[英]How to find all matches using python regular expression finditer
I am trying to find a pattern. 我正在尝试找到一种模式。 I have written the below code:
我写了下面的代码:
string = '000,001,100,001'
pattern = '(.*)00(.*),(.*)00(.*)'
for m in re.finditer(pattern, string):
print(m.groups())
The code above returns ('000,001,1', '', '', '1') where as it misses the match with groups ('', '0', '', '1,100,001') 上面的代码返回('000,001,1','',``,'1'),因为它错过了与组('','0','','1,100,001')的匹配
I am trying to workout if the characters before and after the '00' on consecutive lines are the same. 我正在尝试锻炼连续行上“ 00”之前和之后的字符是否相同。 The code i wrote matches '000,001,1 00 , 00 1'.
我的代码写的匹配'000,001,1 00,00 1'。 How to match ' 00 0, 00 1,100,001'.
如何匹配'00 0,00 1100001'。
How the obtain match groups for the later? 以后如何获取匹配组?

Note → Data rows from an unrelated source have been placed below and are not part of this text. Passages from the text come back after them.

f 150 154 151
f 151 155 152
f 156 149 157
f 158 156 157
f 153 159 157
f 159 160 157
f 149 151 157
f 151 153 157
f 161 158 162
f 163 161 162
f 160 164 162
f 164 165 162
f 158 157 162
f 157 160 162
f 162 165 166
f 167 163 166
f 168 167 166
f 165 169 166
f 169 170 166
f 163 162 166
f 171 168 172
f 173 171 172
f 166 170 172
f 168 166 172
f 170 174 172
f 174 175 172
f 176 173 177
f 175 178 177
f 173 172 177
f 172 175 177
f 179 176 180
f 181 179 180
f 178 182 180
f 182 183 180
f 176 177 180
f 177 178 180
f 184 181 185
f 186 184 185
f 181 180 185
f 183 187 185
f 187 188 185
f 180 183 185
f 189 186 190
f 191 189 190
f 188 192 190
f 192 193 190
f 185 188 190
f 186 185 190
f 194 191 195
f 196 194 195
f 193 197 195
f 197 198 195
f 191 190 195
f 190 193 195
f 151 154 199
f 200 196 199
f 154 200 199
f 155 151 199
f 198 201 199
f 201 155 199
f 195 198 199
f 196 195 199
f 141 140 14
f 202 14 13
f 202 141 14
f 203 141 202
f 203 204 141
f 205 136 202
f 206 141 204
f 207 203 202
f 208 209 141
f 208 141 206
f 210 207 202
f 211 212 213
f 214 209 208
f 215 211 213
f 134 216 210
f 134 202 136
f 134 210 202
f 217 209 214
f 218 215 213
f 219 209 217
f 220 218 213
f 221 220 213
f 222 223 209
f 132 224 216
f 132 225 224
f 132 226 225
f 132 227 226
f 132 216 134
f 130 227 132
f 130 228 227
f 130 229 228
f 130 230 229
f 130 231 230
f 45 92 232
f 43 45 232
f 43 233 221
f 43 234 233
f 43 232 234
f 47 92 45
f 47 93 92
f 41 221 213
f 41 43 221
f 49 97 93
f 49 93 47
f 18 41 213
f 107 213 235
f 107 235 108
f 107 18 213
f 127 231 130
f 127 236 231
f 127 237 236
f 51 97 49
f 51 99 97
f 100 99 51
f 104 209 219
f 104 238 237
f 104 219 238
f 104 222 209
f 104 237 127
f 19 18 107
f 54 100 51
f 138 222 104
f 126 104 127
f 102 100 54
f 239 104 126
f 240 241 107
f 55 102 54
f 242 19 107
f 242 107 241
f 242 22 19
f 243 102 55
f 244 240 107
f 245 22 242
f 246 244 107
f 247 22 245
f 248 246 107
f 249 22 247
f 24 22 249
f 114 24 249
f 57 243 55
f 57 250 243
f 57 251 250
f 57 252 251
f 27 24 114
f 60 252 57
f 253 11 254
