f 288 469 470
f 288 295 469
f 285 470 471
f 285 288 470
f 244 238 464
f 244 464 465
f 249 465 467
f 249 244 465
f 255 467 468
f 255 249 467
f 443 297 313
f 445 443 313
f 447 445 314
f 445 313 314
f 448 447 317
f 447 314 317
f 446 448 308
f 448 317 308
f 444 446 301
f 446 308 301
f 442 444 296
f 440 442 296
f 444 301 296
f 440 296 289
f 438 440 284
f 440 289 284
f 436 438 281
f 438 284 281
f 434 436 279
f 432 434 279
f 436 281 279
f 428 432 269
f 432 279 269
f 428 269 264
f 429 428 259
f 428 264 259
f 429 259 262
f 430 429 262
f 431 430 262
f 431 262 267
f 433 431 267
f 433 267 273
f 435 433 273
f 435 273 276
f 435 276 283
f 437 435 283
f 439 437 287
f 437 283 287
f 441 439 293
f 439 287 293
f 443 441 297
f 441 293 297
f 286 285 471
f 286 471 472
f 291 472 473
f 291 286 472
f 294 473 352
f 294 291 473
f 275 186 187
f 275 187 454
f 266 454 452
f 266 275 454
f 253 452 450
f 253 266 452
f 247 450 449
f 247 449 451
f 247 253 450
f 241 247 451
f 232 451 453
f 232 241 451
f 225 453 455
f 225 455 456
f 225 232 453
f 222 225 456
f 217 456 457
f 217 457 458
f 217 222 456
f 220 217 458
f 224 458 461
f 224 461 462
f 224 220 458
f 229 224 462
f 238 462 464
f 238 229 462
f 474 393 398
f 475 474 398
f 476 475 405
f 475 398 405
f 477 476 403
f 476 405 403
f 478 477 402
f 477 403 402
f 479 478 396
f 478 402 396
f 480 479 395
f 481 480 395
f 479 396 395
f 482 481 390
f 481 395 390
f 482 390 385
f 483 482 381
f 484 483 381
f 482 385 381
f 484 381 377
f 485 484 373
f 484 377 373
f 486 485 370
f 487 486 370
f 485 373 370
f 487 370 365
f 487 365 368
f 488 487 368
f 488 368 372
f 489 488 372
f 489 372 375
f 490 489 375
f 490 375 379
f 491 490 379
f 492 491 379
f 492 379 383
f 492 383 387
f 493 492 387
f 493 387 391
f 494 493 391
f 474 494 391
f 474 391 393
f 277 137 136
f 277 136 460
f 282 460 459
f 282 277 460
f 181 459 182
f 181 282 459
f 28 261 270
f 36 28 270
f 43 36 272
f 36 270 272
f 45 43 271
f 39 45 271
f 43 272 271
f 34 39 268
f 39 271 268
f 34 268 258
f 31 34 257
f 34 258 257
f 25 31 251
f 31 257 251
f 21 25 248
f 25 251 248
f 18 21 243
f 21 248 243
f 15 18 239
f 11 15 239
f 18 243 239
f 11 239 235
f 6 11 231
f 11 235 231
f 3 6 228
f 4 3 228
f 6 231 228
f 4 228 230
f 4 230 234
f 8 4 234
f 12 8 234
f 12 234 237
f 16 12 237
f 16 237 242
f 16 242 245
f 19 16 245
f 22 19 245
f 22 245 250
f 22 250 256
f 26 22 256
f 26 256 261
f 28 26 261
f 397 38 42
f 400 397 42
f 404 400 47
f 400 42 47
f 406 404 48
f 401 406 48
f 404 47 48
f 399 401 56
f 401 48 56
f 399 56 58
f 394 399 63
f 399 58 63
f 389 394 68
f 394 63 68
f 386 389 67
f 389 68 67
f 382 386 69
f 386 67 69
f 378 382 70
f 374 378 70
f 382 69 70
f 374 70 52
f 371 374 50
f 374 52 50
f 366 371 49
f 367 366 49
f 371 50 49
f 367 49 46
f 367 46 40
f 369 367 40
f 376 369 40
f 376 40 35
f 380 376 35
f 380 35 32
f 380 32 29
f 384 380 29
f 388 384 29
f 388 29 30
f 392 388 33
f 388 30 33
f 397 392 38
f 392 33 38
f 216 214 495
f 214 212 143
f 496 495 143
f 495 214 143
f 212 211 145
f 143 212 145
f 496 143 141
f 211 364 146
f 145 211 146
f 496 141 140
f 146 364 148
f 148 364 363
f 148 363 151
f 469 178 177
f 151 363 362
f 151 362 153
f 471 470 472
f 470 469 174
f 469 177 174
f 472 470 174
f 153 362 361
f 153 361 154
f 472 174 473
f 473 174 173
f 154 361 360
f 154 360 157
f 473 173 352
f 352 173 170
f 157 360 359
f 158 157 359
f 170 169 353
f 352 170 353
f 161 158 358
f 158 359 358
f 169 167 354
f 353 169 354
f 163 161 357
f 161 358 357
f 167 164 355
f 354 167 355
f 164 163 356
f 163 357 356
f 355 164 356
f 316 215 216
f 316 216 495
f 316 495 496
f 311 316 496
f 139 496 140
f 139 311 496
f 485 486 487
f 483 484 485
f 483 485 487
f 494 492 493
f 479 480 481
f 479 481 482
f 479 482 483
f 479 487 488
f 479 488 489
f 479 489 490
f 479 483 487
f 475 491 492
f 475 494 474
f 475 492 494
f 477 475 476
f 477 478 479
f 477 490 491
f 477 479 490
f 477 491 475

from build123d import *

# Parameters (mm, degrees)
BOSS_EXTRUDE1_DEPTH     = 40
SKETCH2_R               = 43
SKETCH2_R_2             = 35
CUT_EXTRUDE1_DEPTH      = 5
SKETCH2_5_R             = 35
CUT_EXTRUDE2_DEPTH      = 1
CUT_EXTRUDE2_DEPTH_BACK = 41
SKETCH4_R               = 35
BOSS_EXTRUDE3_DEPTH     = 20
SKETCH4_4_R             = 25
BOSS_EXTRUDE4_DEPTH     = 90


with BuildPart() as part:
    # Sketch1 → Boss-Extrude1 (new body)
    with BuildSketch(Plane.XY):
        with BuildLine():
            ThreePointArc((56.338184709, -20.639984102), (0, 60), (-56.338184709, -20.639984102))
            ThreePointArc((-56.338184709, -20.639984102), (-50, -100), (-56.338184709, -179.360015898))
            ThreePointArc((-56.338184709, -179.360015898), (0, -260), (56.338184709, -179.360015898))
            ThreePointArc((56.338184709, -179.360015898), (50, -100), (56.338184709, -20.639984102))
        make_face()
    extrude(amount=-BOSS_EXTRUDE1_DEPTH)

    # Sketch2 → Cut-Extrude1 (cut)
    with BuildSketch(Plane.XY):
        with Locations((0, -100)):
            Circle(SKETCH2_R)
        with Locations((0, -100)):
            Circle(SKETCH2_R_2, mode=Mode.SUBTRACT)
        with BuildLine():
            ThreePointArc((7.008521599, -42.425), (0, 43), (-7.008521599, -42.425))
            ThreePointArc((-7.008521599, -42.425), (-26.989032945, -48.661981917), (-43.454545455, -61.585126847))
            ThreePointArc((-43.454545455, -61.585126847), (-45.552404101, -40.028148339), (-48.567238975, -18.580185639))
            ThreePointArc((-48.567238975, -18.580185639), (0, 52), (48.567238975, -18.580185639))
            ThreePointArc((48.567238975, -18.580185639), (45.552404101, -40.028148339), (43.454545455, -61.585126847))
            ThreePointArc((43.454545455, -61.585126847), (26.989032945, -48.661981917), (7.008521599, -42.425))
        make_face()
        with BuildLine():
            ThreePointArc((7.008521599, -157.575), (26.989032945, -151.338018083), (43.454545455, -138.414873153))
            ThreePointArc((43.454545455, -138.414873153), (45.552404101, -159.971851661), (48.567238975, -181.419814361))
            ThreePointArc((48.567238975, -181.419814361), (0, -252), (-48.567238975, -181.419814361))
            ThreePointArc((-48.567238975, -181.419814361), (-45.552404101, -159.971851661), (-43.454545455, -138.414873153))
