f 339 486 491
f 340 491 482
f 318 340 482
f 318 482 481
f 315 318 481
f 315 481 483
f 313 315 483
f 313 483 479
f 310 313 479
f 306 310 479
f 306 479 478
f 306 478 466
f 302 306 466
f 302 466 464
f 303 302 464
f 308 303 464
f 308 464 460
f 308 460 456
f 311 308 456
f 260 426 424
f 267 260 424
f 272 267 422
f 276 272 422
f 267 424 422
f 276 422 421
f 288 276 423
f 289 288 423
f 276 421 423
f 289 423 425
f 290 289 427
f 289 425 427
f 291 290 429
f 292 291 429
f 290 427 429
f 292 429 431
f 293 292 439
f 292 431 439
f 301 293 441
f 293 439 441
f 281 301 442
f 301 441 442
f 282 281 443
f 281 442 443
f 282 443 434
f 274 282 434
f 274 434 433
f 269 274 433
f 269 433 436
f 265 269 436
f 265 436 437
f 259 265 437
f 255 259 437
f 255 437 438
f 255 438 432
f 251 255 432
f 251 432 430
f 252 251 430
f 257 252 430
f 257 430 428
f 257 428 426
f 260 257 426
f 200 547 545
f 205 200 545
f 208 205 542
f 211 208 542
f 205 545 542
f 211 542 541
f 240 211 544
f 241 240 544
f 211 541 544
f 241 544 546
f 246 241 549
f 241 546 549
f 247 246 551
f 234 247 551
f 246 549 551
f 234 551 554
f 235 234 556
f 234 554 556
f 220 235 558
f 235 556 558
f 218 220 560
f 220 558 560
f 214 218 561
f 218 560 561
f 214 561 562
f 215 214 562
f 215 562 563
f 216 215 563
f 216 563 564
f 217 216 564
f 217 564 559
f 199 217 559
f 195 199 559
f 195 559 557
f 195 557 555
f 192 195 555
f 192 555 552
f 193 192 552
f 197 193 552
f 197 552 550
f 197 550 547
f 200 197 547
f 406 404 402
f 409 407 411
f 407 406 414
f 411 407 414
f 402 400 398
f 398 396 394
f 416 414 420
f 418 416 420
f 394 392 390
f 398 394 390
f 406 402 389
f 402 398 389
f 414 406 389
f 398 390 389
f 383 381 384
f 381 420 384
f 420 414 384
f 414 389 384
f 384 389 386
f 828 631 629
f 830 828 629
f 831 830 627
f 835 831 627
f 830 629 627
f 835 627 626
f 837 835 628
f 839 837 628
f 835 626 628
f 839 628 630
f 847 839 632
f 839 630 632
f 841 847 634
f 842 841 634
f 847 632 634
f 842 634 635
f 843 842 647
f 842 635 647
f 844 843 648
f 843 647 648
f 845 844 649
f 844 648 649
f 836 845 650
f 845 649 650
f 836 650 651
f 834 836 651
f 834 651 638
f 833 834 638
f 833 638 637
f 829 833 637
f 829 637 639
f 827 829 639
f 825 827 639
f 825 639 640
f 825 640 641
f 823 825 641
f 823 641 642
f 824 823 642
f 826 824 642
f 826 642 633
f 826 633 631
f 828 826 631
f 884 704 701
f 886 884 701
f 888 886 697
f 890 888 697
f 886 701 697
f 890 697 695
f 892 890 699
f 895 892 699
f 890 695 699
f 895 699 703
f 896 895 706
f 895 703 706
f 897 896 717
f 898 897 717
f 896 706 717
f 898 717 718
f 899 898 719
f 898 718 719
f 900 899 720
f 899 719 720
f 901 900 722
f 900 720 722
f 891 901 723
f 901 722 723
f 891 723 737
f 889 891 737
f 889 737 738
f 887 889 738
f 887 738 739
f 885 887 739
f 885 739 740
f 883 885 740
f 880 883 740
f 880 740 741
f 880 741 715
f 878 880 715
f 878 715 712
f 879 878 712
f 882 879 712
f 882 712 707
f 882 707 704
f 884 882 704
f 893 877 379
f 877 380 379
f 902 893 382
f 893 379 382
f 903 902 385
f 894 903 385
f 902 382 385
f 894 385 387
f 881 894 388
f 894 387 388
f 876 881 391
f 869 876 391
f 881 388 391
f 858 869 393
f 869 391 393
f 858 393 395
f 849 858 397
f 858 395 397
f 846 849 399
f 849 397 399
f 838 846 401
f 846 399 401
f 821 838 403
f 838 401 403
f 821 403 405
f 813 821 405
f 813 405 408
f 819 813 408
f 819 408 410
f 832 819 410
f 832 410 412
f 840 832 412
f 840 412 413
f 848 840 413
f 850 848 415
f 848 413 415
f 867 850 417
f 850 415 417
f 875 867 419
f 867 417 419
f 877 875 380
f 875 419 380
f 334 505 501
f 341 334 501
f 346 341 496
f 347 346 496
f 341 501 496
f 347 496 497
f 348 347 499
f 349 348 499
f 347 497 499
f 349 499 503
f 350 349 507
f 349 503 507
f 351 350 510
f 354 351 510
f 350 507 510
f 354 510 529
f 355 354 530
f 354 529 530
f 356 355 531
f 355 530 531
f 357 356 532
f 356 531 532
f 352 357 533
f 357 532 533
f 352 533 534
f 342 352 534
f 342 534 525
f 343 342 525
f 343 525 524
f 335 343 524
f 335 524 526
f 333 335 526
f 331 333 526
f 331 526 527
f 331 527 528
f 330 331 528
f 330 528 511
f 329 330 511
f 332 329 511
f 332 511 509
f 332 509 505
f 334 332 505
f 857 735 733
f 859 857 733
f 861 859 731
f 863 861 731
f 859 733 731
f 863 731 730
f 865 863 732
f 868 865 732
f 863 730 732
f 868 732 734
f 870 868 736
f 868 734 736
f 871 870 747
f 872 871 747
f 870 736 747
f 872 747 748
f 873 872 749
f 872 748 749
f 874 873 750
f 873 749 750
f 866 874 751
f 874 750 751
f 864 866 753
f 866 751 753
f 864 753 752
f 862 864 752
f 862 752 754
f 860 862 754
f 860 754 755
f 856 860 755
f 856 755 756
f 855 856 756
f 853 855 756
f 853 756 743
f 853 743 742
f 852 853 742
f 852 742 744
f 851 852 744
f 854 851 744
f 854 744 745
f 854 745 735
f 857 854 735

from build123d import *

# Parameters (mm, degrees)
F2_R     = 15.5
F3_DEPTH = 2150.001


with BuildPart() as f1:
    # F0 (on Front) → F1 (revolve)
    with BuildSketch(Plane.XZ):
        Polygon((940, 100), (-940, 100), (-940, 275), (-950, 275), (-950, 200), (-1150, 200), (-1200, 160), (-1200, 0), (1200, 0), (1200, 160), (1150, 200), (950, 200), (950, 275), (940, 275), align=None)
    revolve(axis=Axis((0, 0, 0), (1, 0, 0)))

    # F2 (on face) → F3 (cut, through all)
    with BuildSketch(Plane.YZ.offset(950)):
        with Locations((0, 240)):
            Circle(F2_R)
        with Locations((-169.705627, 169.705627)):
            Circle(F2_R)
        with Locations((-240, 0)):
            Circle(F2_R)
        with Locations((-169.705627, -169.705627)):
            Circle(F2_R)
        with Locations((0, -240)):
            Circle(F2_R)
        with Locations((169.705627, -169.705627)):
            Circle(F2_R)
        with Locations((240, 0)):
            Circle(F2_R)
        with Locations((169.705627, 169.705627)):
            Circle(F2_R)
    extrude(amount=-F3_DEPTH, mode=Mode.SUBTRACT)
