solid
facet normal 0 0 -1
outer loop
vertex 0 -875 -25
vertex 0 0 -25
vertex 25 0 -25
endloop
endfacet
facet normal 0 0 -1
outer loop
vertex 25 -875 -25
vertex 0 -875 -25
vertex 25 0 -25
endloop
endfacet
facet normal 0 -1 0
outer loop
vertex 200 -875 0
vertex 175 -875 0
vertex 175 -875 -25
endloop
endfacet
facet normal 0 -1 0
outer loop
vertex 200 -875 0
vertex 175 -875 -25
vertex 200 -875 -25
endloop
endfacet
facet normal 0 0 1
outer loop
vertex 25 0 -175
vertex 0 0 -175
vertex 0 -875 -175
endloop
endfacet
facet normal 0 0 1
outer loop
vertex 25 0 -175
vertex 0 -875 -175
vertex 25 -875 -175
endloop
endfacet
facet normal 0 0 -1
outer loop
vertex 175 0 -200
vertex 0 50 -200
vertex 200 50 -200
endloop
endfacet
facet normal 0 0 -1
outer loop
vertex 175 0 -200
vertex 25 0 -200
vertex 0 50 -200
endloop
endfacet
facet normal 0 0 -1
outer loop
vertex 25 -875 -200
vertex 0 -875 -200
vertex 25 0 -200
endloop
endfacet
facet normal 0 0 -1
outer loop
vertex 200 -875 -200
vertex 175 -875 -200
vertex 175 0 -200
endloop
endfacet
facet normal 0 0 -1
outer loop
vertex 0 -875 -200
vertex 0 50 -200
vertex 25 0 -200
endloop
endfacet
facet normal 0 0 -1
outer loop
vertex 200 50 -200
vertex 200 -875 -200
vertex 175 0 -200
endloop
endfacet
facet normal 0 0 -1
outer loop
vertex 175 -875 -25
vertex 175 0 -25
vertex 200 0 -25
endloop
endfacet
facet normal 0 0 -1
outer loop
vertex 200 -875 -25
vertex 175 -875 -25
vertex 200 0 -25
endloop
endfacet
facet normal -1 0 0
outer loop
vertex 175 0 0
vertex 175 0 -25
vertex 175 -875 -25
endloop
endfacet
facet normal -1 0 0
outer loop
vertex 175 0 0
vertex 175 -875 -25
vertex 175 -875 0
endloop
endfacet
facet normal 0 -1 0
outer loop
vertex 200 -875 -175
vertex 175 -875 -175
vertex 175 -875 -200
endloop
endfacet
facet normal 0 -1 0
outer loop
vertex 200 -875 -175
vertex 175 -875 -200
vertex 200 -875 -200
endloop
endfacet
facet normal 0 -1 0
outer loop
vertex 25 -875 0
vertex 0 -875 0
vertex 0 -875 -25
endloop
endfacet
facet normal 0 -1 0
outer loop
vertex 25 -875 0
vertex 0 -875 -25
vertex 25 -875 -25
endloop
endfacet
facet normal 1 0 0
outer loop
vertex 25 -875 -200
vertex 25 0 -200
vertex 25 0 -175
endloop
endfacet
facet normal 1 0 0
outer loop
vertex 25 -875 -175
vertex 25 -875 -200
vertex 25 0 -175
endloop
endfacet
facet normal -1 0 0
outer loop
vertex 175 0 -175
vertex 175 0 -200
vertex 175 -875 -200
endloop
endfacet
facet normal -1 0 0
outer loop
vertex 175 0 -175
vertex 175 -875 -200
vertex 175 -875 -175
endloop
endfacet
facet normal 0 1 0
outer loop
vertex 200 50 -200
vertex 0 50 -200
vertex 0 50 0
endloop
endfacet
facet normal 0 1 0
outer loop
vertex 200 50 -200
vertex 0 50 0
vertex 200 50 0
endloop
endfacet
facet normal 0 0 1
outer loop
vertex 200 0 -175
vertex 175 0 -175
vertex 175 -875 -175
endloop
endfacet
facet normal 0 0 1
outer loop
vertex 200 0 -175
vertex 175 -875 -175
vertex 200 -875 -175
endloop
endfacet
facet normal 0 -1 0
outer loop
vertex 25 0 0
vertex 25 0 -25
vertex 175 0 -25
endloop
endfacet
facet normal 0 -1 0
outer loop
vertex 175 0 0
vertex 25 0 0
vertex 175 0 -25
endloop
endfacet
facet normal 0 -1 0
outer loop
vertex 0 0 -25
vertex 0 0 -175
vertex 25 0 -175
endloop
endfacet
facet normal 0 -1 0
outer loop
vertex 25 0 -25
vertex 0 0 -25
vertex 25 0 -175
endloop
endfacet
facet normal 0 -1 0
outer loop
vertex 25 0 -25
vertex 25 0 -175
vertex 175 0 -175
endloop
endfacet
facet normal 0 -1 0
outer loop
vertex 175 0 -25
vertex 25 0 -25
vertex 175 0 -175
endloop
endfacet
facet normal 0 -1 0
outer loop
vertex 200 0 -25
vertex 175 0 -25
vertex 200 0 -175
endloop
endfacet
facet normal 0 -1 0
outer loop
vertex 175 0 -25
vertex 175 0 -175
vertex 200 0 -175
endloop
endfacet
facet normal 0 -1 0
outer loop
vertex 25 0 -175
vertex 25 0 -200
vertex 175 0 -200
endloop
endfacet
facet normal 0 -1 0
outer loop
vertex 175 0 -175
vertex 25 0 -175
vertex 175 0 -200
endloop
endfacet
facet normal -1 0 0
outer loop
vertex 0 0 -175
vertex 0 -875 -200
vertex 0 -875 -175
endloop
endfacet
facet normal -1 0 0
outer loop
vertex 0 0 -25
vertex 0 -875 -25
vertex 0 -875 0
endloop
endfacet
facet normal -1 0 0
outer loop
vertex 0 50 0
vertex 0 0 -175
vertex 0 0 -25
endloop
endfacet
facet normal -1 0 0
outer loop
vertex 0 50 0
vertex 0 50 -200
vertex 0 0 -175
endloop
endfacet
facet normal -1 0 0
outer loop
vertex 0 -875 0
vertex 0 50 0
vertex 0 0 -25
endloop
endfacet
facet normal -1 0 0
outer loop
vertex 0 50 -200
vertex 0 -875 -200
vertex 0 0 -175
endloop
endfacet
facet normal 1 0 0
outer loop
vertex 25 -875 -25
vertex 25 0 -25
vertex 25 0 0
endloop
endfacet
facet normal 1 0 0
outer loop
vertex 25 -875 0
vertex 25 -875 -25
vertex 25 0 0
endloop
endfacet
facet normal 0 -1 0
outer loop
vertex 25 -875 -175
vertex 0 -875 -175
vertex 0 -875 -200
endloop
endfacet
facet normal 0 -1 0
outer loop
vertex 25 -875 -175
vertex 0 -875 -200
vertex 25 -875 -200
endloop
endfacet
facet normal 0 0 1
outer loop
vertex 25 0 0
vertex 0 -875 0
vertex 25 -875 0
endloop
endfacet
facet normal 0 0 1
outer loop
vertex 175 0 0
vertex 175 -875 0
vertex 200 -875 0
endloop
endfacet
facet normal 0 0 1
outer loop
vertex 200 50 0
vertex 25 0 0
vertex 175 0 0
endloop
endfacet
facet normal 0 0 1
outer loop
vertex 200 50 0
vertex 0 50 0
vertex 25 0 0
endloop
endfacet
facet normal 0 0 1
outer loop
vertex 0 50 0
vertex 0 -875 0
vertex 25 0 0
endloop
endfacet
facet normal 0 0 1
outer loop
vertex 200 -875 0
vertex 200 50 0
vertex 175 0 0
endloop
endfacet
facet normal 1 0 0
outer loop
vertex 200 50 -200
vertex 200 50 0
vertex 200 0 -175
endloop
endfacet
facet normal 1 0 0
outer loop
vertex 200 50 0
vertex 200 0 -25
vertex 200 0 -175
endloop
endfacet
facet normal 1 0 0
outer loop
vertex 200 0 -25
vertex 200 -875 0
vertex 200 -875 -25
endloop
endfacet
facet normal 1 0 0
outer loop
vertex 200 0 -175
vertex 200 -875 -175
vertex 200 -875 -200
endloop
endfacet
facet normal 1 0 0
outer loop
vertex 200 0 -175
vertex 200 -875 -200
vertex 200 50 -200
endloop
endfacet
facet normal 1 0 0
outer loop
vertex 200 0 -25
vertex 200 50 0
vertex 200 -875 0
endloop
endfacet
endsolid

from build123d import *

# Parameters (mm, degrees)
CROQUIS1_W              = 200
CROQUIS1_H              = 200
SALIENTE_EXTRUIR1_DEPTH = 50
CROQUIS2_W              = 25
CROQUIS2_H              = 25
SALIENTE_EXTRUIR2_DEPTH = 875


with BuildPart() as part:
    # Croquis1 → Saliente-Extruir1 (new body)
    with BuildSketch(Plane(origin=(0, 0, 0), x_dir=(1, 0, 0), z_dir=(0, 1, 0))):
        with Locations((100, 100)):
            Rectangle(CROQUIS1_W, CROQUIS1_H)
    extrude(amount=SALIENTE_EXTRUIR1_DEPTH)

    # Croquis2 → Saliente-Extruir2 (add)
    with BuildSketch(Plane.XZ):
        with Locations((12.5, -12.5)):
            Rectangle(CROQUIS2_W, CROQUIS2_H)
        with Locations((187.5, -12.5)):
            Rectangle(CROQUIS2_W, CROQUIS2_H)
        with Locations((12.5, -187.5)):
            Rectangle(CROQUIS2_W, CROQUIS2_H)
        with Locations((187.5, -187.5)):
            Rectangle(CROQUIS2_W, CROQUIS2_H)
    extrude(amount=SALIENTE_EXTRUIR2_DEPTH)


solid = part.part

Comments : for the string '2295051,2238451,2235301,1950522,2238451,3530333'
注释 :字符串'2295051,2238451,2235301,1950522,2238451,3530333'
... You see that the groups have the same number of digits before the occur which is 2 digits and after they occur which is 1 digit...您会看到组在发生之前为2位数字,而在发生之后为1位数字
string = '2295051,2238451,2235301,1950522,2238451,3530333'
_Step 1_
pattern = '(\d+)'
Output: ('2295051',) ('2238451',) ('2235301',) ('1950522',) ('2238451',) ('3530333',)
_Step 2_
pattern = '((\d\d)\d+)'
Output: ('2295051', '22') ('2238451', '22') ('2235301', '22')
('1950522', '19') ('2238451', '22') ('3530333', '35')
_Step 3_
pattern = '((\d\d)\d+(\d))'
Output: ('2295051', '22', '1') ('2238451', '22', '1') ('2235301', '22', '1')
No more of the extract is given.